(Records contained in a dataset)
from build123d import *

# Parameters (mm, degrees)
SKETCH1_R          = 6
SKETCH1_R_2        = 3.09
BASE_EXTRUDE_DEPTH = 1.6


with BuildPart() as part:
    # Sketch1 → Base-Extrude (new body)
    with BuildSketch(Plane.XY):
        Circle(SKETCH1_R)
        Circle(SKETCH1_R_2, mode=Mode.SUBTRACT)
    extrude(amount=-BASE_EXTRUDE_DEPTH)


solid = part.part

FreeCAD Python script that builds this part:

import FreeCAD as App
import Part
import Sketcher
Q = App.Units.Quantity

doc = App.newDocument("Part")
params = doc.addObject("Spreadsheet::Sheet", "Params")
for row, (alias, value) in enumerate([
    ("sketch1_diameter", "12 mm"),
    ("sketch1_diameter2", "6.18 mm"),
    ("pad1_length", "1.6 mm"),
], start=1):
    params.set(f"A{row}", alias)
    params.set(f"B{row}", "=" + value)
    params.setAlias(f"B{row}", alias)

body = doc.addObject("PartDesign::Body", "Body")

# Sketch on XY plane
sketch1 = body.newObject("Sketcher::SketchObject", "Sketch")
sketch1.AttachmentSupport = (doc.getObject("XY_Plane"), [""])
sketch1.MapMode = "FlatFace"
sketch1.addGeometry(Part.Circle(App.Vector(0, 0, 0), App.Vector(0, 0, 1), 6), False)
sketch1.addGeometry(Part.Circle(App.Vector(0, 0, 0), App.Vector(0, 0, 1), 3.09), False)
sketch1.addConstraint(Sketcher.Constraint("Coincident", 0, 3, -1, 1))
sketch1.addConstraint(Sketcher.Constraint("Coincident", 1, 3, -1, 1))
sketch1.addConstraint(Sketcher.Constraint("Diameter", 0, Q("12 mm")))
sketch1.addConstraint(Sketcher.Constraint("Diameter", 1, Q("6.18 mm")))
sketch1.setExpression("Constraints[2]", "Params.sketch1_diameter")
sketch1.setExpression("Constraints[3]", "Params.sketch1_diameter2")
pad1 = body.newObject("PartDesign::Pad", "Pad")
pad1.Profile = sketch1
pad1.setExpression("Length", "Params.pad1_length")
pad1.Reversed = True

doc.recompute()
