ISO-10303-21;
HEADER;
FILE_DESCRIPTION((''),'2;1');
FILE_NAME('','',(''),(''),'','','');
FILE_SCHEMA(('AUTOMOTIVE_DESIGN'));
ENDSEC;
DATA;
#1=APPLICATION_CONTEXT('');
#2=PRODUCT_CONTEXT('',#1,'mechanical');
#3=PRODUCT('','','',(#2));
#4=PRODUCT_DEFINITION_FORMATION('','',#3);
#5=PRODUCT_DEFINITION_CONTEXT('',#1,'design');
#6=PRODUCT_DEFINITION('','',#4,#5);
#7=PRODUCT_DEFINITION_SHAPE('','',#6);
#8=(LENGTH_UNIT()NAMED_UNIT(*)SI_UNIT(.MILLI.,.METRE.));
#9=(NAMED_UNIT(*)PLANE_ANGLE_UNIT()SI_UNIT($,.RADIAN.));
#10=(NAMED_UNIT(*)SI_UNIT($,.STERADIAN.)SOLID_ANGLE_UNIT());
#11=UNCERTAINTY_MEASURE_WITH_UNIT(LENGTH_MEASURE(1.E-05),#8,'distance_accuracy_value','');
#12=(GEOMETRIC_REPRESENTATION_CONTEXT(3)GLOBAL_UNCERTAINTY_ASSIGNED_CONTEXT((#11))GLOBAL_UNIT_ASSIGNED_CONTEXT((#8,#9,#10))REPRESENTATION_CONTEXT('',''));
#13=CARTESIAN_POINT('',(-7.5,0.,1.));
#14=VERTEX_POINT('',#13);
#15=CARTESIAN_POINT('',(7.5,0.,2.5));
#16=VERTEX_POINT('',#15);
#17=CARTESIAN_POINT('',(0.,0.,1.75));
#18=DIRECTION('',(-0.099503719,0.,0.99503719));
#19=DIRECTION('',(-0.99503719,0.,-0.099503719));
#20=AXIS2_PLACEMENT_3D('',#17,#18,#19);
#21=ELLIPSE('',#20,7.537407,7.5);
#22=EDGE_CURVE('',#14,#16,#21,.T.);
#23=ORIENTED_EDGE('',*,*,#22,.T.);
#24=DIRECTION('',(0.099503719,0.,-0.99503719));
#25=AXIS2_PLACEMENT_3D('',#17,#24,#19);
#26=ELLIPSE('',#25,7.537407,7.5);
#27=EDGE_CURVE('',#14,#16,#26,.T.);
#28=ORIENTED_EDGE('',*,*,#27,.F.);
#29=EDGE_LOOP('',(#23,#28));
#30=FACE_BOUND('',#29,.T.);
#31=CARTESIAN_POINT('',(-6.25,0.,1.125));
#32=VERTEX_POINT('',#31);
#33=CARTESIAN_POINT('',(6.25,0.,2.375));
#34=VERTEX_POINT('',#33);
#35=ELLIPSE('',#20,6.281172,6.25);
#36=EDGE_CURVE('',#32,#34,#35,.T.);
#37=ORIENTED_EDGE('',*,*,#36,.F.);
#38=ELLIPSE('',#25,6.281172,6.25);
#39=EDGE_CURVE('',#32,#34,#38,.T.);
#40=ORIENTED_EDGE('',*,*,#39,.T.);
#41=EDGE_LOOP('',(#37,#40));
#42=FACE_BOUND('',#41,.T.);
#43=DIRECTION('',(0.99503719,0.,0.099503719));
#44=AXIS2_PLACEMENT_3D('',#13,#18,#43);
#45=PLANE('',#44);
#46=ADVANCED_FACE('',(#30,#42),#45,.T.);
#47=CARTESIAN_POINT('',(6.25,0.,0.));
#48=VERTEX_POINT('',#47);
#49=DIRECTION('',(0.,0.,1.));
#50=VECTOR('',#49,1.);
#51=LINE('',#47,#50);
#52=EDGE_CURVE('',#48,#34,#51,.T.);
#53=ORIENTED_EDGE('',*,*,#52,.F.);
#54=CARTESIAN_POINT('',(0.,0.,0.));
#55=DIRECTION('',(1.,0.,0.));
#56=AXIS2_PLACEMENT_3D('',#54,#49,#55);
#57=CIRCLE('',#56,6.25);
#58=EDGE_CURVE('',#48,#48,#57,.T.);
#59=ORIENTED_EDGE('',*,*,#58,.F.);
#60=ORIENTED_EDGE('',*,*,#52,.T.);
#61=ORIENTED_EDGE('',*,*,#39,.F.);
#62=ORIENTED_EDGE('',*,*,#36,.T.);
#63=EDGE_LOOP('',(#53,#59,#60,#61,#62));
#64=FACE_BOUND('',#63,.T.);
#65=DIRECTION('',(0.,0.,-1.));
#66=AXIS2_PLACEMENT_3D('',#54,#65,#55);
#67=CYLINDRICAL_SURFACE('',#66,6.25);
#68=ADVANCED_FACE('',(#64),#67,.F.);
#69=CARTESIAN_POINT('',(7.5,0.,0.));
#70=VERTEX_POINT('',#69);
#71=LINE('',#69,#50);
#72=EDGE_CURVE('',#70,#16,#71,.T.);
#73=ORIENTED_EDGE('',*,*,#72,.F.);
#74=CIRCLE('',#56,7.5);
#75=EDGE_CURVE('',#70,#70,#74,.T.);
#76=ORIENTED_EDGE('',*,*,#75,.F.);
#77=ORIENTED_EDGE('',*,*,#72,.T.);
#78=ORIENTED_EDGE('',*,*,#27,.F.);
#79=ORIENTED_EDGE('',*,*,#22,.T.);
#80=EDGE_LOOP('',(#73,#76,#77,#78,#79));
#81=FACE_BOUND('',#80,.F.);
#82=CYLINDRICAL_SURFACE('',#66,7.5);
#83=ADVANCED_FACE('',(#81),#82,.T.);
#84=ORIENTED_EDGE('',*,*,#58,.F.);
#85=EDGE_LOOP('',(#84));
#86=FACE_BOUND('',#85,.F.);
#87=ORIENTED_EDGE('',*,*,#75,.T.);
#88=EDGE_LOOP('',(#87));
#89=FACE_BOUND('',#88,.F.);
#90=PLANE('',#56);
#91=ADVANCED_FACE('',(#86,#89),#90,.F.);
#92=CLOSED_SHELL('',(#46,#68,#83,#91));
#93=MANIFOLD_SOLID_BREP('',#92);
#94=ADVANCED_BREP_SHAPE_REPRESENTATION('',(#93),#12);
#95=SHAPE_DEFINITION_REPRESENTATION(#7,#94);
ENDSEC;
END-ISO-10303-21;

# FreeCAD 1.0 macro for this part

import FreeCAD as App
import Part
import Sketcher

V = App.Vector
Q = App.Units.Quantity


def add_polygon(sketch, points):
    """Adds a closed chain of lines whose ends are joined by coincident constraints."""
    first, n = sketch.GeometryCount, len(points)
    for a, b in zip(points, points[1:] + points[:1]):
        sketch.addGeometry(Part.LineSegment(App.Vector(*a, 0), App.Vector(*b, 0)), False)
    for i in range(n):
        sketch.addConstraint(Sketcher.Constraint("Coincident", first + i, 2, first + (i + 1) % n, 1))

doc = App.newDocument("Part")
params = doc.addObject("Spreadsheet::Sheet", "Params")
for row, (alias, value) in enumerate([
    ("sketch1_diameter", "15 mm"),
    ("sketch1_diameter2", "12.5 mm"),
    ("pad1_length", "25 mm"),
    ("sketch2_width", "15 mm"),
    ("sketch2_height", "24 mm"),
    ("sketch2_height2", "22.5 mm"),
], start=1):
    params.set(f"A{row}", alias)
    params.set(f"B{row}", "=" + value)
    params.setAlias(f"B{row}", alias)

body = doc.addObject("PartDesign::Body", "Body")

sketch1 = body.newObject("Sketcher::SketchObject", "Sketch")
sketch1.AttachmentSupport = (doc.getObject("XY_Plane"), [""])
sketch1.MapMode = "FlatFace"
sketch1.addGeometry([
    Part.Circle(V(0, 0, 0), V(0, 0, 1), 8),
    Part.Circle(V(0, 0, 0), V(0, 0, 1), 6),
], False)
sketch1.addConstraint([
    Sketcher.Constraint("Coincident", 0, 3, -1, 1),
    Sketcher.Constraint("Coincident", 1, 3, -1, 1),
    Sketcher.Constraint("Diameter", 0, Q("15 mm")),
    Sketcher.Constraint("Diameter", 1, Q("12.5 mm")),
])
sketch1.setExpression("Constraints[2]", "Params.sketch1_diameter")
sketch1.setExpression("Constraints[3]", "Params.sketch1_diameter2")
pad1 = body.newObject("PartDesign::Pad", "Pad")
pad1.Profile = sketch1
pad1.setExpression("Length", "Params.pad1_length")

sketch2 = body.newObject("Sketcher::SketchObject", "Sketch001")
sketch2.AttachmentSupport = (doc.getObject("XZ_Plane"), [""])
sketch2.MapMode = "FlatFace"
add_polygon(sketch2, [(-8, 25), (-8, 1), (8, 2), (8, 25)])
sketch2.addConstraint([
    Sketcher.Constraint("Vertical", 0),
    Sketcher.Constraint("Vertical", 2),
    Sketcher.Constraint("Horizontal", 3),
    Sketcher.Constraint("DistanceX", 3, 2, 3, 1, Q("15 mm")),
    Sketcher.Constraint("DistanceY", 0, 2, 0, 1, Q("24 mm")),
    Sketcher.Constraint("DistanceY", 2, 1, 2, 2, Q("22.5 mm")),
    Sketcher.Constraint("DistanceY", -1, 1, 0, 2, Q("1 mm")),
    Sketcher.Constraint("DistanceX", 0, 2, -1, 1, Q("7.5 mm")),
])
sketch2.setExpression("Constraints[7]", "Params.sketch2_width")
sketch2.setExpression("Constraints[8]", "Params.sketch2_height")
sketch2.setExpression("Constraints[9]", "Params.sketch2_height2")
pocket1 = body.newObject("PartDesign::Pocket", "Pocket")
pocket1.Profile = sketch2
pocket1.Type = "ThroughAll"
pocket1.Midplane = True

doc.recompute()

WHAT THE EXERCISE ASKS - The line above containing "#42=FACE_BOUND('',#41,.T.);", the line containing "#53=ORIENTED_EDGE('',*,*,#52,.F.);", and every line between them are to be transcribed exactly; no other line is wanted.

ANSWER SPACE -
#42=FACE_BOUND('',#41,.T.);
#43=DIRECTION('',(0.99503719,0.,0.099503719));
#44=AXIS2_PLACEMENT_3D('',#13,#18,#43);
#45=PLANE('',#44);
#46=ADVANCED_FACE('',(#30,#42),#45,.T.);
#47=CARTESIAN_POINT('',(6.25,0.,0.));
#48=VERTEX_POINT('',#47);
#49=DIRECTION('',(0.,0.,1.));
#50=VECTOR('',#49,1.);
#51=LINE('',#47,#50);
#52=EDGE_CURVE('',#48,#34,#51,.T.);
#53=ORIENTED_EDGE('',*,*,#52,.F.);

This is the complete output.